This is a Writers' Other Jobs piece by Shu-Ling Chua about being a public servant.
And I wanted to write about Canberra, this city that lures ambitious people from all over Australia, a city that remakes families, a city of clamorous debates and deserted streets, a city of words, permeated with an immense silence.
– James Button, Speechless –
Image - Shu-Ling Chua
In the dying days of 2012, I ploughed through From Postbox to Powerhouse, a centenary history of the Department of the Prime Minister and Cabinet. I read of employees who damaged radiators by using them to toast bread but nothing of being a young public servant in the 21st century. Five months later, I was flirting with a fellow public-servant-in-training (also known as a ‘grad’, befitting our junior status). “Deh-be-ce-de,” he smiled when the acronym for the Department of Broadband, Communications and the Digital Economy refused to trip off my tongue. “Rhymes with obesity.”
Parliaments come and go but the Australian Public Service (APS) is a tradition that has existed since Federation. There is also a tradition of not understanding our role, unsurprising, given how few stories exist of, and by, public servants. Speechless, James Button’s memoir on his year as a speechwriter to then Prime Minister Kevin Rudd, is the only one I have come across to date.
I want to change this but there are things which I will never write, unless I want to risk losing my job or imprisonment. Unauthorised disclosure of official information may breach section 70 of the Crimes Act. Further to this, all employees are required to comply with the APS Code of Conduct and to uphold the APS Values: Impartial, Committed to service, Accountable, Respectful and Ethical.

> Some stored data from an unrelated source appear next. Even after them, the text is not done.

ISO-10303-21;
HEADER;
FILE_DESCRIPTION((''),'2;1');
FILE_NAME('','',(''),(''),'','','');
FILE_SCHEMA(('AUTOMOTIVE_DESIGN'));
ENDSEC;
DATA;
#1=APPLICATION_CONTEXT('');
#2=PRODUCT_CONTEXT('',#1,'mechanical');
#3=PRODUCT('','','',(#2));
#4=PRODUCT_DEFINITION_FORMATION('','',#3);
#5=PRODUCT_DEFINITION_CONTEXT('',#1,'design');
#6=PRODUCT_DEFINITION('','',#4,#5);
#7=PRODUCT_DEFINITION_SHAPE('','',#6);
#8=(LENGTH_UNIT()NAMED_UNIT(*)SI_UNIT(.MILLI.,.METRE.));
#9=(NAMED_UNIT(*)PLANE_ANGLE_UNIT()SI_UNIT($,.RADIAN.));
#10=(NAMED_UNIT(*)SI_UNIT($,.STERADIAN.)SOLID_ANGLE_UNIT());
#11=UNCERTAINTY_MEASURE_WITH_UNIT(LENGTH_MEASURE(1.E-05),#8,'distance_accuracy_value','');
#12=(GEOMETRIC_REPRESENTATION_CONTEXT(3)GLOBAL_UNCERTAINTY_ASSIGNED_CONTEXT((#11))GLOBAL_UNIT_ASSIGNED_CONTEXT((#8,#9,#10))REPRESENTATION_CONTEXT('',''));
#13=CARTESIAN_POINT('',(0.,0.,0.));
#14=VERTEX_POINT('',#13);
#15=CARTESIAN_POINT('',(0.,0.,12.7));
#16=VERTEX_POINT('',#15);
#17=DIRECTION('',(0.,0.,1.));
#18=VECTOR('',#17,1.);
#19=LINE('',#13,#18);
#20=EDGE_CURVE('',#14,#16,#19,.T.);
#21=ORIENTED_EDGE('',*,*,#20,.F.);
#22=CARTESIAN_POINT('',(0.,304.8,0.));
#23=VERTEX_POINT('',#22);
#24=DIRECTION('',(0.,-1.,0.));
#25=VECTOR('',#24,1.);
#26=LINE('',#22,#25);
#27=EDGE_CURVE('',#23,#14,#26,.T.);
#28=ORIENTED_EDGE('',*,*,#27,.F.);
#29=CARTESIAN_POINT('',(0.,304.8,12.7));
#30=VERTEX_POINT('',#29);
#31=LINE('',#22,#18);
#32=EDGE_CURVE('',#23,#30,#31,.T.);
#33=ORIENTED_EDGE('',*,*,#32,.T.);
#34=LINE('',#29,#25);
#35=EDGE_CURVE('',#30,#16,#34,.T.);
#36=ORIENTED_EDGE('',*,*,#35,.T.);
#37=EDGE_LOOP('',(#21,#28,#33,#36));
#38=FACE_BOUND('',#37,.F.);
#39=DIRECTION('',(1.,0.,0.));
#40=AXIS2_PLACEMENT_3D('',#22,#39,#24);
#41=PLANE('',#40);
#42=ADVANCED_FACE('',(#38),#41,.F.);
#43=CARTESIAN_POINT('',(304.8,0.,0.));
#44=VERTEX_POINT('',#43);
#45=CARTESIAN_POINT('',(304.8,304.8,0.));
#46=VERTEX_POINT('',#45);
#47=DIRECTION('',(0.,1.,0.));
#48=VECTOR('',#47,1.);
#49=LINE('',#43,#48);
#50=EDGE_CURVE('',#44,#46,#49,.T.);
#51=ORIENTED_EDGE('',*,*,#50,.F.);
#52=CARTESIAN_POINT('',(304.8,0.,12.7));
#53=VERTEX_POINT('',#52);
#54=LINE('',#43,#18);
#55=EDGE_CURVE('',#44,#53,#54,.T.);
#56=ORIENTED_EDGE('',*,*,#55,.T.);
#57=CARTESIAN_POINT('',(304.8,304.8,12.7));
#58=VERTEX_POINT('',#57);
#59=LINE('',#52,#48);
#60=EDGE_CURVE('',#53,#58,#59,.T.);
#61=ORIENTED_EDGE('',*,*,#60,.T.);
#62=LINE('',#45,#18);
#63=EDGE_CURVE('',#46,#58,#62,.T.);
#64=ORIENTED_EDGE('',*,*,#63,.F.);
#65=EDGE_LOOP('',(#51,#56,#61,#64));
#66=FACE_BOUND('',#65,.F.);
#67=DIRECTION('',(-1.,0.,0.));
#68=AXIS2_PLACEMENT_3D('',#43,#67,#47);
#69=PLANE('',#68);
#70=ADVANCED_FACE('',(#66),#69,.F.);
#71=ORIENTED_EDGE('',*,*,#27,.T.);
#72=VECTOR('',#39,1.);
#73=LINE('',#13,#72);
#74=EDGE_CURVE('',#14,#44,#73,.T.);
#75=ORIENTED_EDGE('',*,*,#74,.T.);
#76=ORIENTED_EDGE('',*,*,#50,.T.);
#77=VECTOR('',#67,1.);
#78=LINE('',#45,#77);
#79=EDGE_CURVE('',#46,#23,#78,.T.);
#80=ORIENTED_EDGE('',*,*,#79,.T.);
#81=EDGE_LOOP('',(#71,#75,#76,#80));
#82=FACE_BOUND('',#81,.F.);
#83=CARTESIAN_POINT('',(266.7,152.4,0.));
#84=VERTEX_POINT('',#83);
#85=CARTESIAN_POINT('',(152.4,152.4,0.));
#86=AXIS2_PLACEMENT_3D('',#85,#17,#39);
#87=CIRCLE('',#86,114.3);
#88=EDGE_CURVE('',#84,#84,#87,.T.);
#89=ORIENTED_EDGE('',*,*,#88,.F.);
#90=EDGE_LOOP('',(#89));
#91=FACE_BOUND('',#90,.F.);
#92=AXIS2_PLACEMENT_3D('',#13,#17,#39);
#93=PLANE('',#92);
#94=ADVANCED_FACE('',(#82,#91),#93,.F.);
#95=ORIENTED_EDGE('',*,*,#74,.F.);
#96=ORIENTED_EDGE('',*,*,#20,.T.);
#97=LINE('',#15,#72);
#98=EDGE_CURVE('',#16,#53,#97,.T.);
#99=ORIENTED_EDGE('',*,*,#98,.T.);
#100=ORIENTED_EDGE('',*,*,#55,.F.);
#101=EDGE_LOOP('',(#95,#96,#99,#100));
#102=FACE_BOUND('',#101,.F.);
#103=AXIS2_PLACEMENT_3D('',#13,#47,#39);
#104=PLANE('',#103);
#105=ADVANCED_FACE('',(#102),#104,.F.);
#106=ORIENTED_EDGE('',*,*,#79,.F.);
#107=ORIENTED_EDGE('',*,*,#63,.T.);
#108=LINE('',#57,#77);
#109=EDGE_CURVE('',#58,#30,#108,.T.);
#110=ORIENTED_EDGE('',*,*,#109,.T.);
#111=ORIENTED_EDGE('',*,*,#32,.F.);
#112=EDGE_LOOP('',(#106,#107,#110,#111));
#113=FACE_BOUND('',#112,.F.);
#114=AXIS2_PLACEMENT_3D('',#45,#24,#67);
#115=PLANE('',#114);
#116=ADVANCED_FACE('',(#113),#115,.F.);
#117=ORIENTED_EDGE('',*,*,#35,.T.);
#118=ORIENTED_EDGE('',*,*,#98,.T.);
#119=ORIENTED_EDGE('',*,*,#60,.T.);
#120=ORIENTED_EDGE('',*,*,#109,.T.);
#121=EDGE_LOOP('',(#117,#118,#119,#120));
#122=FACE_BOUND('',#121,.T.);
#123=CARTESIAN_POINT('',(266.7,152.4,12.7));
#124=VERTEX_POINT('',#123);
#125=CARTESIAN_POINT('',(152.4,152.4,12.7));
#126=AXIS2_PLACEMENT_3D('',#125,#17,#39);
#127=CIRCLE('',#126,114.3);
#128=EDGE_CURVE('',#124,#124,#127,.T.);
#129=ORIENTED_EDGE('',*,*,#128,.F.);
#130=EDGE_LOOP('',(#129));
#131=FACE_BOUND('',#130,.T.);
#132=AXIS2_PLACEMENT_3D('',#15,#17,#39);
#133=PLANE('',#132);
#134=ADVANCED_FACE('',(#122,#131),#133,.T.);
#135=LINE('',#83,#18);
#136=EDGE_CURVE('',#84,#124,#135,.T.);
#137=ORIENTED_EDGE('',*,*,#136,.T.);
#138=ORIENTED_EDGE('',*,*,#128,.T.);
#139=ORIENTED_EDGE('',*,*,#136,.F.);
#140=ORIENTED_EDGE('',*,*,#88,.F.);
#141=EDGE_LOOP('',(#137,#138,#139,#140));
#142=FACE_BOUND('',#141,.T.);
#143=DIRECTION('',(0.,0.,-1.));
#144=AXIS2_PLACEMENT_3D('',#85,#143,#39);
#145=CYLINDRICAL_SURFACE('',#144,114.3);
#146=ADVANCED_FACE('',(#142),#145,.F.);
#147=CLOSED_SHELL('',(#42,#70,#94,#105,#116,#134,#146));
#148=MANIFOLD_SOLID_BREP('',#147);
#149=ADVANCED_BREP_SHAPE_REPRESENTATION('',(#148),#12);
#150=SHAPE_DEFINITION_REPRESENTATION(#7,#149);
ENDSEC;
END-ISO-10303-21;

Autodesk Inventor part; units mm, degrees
ref_plane "YZ Plane" through (0, 0, 0) normal (1, 0, 0) x (0, 1, 0)
ref_plane "XZ Plane" through (0, 0, 0) normal (0, 1, 0) x (-1, 0, 0)
ref_plane "XY Plane" through (0, 0, 0) normal (0, 0, 1) x (1, 0, 0)
sketch "Sketch1" plane through (0, 0, 0) normal (0, 0, 1) x (1, 0, 0)
  line L0 (0, 0) -> (304.8, 0)
  line L1 (304.8, 0) -> (304.8, 304.8)
  line L2 (304.8, 304.8) -> (0, 304.8)
  line L3 (0, 304.8) -> (0, 0)
  circle A0 centre (152.4, 152.4) radius 114.3
  point P0 (304.8, 152.4)
  point P1 (152.4, 304.8)
  dimension "d0" = 304.8
  dimension "d1" = 228.6
extrude "Extrusion1" add sketch "Sketch1" along normal blind 12.7
properties material "MDF Medium Density Fiberboard"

As a junior policy officer, my work is co-authored and approved before going anywhere near the Minister. Depending on the briefing and clearance required, it may pass through a Section Head, Branch Head, Division Head, Deputy Secretary and in rare instances, the head of a department, also known as its Secretary. If it cuts across another policy area, build in time for extra clearance. I once interrupted a Dep Sec, halfway through her lunch on Melbourne Cup Day, in front of the whole department, to sign a brief. The Secretary thought it was amusing; I however was mortified.
Processes for board appointments, Cabinet and Budget seem tedious to an outsider but keep the grand machine of Government accountable and carefully ticking. There is a way of doing things, a rhythm and order to the Budget cycle, MYEFO (Mid-Year Economic and Fiscal Outlook, pronounced my-ee-foe) and MoG (Machinery of Government, rhymes with slog) changes. My Melbourne friends expect tales of political drama when the role of the APS is to hold steady in the eye of the storm.
Most letters will only ever be read by a Section Head, Branch Head, quality control, ministerial adviser and the person it is addressed to. The meeting brief, once over, is redundant. I questioned whether my bread and butter, condensing complex policy issues into dot points, counted as ‘real writing’ but the question is not whether such writing is ‘real’ but what ‘real writing’ means to me.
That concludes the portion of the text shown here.